Post by blueturando on Fri Feb 01, 2013 4:52 pm

Dont worry Bobby, I am just being a bit of an arse......

The reason I am mocking this proposal is because in reality it would never, ever work...for a good number of reasons and senarios

Example 1. I am a full time carer for a disabled relative, which in itself is a fulltime job. Why would I not be allowed to have a beer or ciggie iF I wanted to. I am not a scrounger...I work fulltime

Example 2. What happens if I loose my card or it gets stolen? Do I starve before another is issued

Example 3. I try and eat healthy and in a cost effective way, but the best food prices are at my local market who in 99% of cases are cash only business. So are the government telling me I have to spend more money on food than I can afford in a supermarket.

Example 4. I make sure all my bills are paid so I do not falll into debt.
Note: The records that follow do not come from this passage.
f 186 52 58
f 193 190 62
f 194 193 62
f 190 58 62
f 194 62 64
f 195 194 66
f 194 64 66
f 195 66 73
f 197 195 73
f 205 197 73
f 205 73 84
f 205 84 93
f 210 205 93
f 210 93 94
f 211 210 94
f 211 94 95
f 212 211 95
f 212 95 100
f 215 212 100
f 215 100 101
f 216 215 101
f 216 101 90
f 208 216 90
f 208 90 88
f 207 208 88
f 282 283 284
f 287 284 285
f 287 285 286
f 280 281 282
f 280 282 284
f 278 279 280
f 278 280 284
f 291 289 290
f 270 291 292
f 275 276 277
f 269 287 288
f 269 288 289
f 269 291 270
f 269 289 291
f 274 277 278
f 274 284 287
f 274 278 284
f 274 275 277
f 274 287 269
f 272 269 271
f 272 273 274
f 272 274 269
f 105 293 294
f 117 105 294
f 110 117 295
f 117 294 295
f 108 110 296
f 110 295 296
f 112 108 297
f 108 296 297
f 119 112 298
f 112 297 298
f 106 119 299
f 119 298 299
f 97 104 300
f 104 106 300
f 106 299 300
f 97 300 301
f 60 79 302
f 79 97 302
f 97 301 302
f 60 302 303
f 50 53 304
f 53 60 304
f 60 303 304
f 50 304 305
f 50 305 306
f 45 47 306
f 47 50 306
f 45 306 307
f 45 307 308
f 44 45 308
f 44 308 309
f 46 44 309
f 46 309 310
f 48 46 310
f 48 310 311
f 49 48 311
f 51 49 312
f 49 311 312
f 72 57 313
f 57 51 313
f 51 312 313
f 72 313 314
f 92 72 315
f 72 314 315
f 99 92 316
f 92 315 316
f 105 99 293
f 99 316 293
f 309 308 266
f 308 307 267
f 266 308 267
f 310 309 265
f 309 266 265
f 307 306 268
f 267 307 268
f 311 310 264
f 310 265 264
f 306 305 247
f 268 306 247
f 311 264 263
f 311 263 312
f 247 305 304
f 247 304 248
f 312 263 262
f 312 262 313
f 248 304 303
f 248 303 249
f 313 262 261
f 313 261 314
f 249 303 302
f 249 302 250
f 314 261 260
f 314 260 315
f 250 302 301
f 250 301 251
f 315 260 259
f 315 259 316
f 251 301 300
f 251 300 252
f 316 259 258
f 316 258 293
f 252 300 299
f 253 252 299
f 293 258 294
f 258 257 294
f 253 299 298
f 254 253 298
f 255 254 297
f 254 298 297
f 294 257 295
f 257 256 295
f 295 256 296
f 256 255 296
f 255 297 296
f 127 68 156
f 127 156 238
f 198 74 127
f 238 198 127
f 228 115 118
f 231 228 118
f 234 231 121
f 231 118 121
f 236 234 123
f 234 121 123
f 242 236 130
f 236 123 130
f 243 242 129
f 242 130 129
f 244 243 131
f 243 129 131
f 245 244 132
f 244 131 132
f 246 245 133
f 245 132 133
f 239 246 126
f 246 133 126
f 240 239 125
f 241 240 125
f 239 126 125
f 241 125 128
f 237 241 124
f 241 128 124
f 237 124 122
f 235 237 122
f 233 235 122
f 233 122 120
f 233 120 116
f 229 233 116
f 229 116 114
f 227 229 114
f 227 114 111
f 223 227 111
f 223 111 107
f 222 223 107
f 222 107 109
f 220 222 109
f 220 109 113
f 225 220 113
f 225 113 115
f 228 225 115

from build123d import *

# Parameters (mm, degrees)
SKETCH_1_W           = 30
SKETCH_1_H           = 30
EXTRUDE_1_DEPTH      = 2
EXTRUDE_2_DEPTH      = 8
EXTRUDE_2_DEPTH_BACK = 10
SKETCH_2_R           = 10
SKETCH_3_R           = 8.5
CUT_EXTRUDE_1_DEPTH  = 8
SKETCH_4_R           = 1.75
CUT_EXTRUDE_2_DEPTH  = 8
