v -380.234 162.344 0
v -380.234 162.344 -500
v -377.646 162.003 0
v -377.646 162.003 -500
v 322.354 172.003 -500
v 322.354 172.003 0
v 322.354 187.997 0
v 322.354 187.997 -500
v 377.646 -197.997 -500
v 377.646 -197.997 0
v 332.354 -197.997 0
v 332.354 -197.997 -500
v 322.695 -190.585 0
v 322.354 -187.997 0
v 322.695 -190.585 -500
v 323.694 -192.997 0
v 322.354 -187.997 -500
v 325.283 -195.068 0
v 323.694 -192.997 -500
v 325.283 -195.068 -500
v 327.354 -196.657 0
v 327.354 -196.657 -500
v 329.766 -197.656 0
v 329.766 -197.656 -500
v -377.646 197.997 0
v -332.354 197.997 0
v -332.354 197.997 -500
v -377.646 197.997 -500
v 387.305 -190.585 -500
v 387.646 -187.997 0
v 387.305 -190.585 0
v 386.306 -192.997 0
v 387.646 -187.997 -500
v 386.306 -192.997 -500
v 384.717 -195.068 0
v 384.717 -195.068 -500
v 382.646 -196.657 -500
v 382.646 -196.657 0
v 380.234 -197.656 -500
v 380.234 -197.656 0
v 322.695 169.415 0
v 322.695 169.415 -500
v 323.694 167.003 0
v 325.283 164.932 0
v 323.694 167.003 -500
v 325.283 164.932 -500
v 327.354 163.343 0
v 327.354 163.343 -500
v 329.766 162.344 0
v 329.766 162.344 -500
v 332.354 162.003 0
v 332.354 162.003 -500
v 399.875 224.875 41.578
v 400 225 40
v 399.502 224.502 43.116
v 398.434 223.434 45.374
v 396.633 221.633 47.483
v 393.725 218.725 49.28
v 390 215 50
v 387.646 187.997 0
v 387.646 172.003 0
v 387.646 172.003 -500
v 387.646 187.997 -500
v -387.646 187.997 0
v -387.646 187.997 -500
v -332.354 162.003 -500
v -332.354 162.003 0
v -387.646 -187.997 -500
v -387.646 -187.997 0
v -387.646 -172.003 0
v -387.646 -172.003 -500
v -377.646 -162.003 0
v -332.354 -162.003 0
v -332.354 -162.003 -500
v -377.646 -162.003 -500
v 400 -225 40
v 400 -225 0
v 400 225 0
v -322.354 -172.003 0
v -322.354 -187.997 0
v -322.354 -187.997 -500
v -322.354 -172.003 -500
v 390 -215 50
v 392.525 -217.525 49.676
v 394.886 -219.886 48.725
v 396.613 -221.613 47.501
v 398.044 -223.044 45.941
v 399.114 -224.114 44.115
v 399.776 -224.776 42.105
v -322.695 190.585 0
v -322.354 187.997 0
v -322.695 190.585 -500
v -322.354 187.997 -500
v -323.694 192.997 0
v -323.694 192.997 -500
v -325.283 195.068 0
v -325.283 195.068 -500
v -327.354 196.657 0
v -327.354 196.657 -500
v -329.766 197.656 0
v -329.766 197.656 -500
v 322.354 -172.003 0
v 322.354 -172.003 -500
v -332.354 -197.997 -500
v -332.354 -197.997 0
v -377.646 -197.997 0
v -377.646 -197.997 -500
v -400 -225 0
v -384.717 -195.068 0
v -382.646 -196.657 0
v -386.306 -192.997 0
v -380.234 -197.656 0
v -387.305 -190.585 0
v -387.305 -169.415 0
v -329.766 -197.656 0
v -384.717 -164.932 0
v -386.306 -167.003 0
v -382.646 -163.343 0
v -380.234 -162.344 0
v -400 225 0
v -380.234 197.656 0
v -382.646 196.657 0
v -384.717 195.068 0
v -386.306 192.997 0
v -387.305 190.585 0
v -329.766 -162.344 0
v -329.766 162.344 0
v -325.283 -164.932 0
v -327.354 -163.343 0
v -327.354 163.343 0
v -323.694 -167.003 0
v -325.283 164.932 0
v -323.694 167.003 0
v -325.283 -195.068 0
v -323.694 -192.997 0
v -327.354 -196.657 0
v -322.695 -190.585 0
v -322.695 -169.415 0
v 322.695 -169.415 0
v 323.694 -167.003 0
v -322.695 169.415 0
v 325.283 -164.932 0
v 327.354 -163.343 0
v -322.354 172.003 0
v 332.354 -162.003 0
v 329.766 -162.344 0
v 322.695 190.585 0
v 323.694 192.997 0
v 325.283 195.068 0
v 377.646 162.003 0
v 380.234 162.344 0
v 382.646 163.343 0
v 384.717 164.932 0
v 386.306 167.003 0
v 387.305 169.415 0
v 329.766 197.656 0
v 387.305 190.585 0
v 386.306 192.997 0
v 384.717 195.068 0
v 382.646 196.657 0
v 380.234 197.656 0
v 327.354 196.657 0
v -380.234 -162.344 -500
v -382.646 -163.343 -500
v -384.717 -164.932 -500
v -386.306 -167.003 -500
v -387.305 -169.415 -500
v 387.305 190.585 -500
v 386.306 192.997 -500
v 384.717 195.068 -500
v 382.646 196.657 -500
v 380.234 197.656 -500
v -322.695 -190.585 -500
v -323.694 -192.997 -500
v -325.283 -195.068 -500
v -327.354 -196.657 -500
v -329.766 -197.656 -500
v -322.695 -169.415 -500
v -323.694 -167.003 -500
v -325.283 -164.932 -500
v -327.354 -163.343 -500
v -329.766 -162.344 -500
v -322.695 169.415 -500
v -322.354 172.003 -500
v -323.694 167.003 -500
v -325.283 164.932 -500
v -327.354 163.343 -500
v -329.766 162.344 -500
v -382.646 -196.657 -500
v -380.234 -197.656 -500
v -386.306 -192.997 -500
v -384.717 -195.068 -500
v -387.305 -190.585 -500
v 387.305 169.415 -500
The best way for me to control this is to pay everything by direct debit, but with this card I have no cash to pay into the bank to pay my bills

Example 5. I have a disabled child who has specialist needs, none of which will be covered on this benefit card

Example 6. I cannot buy clothes with this card and my child need a new school uniform....Do I send my child to school naked. I may need some shoes to go for an interview...Is the government stopping me from getting a job?

And the list goes on I'm sure

The concerning thing is that this idea seems to have cross party support...Maybe I am wrong on that and will stand corrected if I am wrong

Bobby I assure you I am a 'light blue' Conservative and would not support proposals like this for one second. We have a problem in this country at the moment where many working class people are fed up with career benefit claimants and people who play or defraud the system are having a big impact on hard up families who work hard for 'not enough' money and therefore the resentment sets in.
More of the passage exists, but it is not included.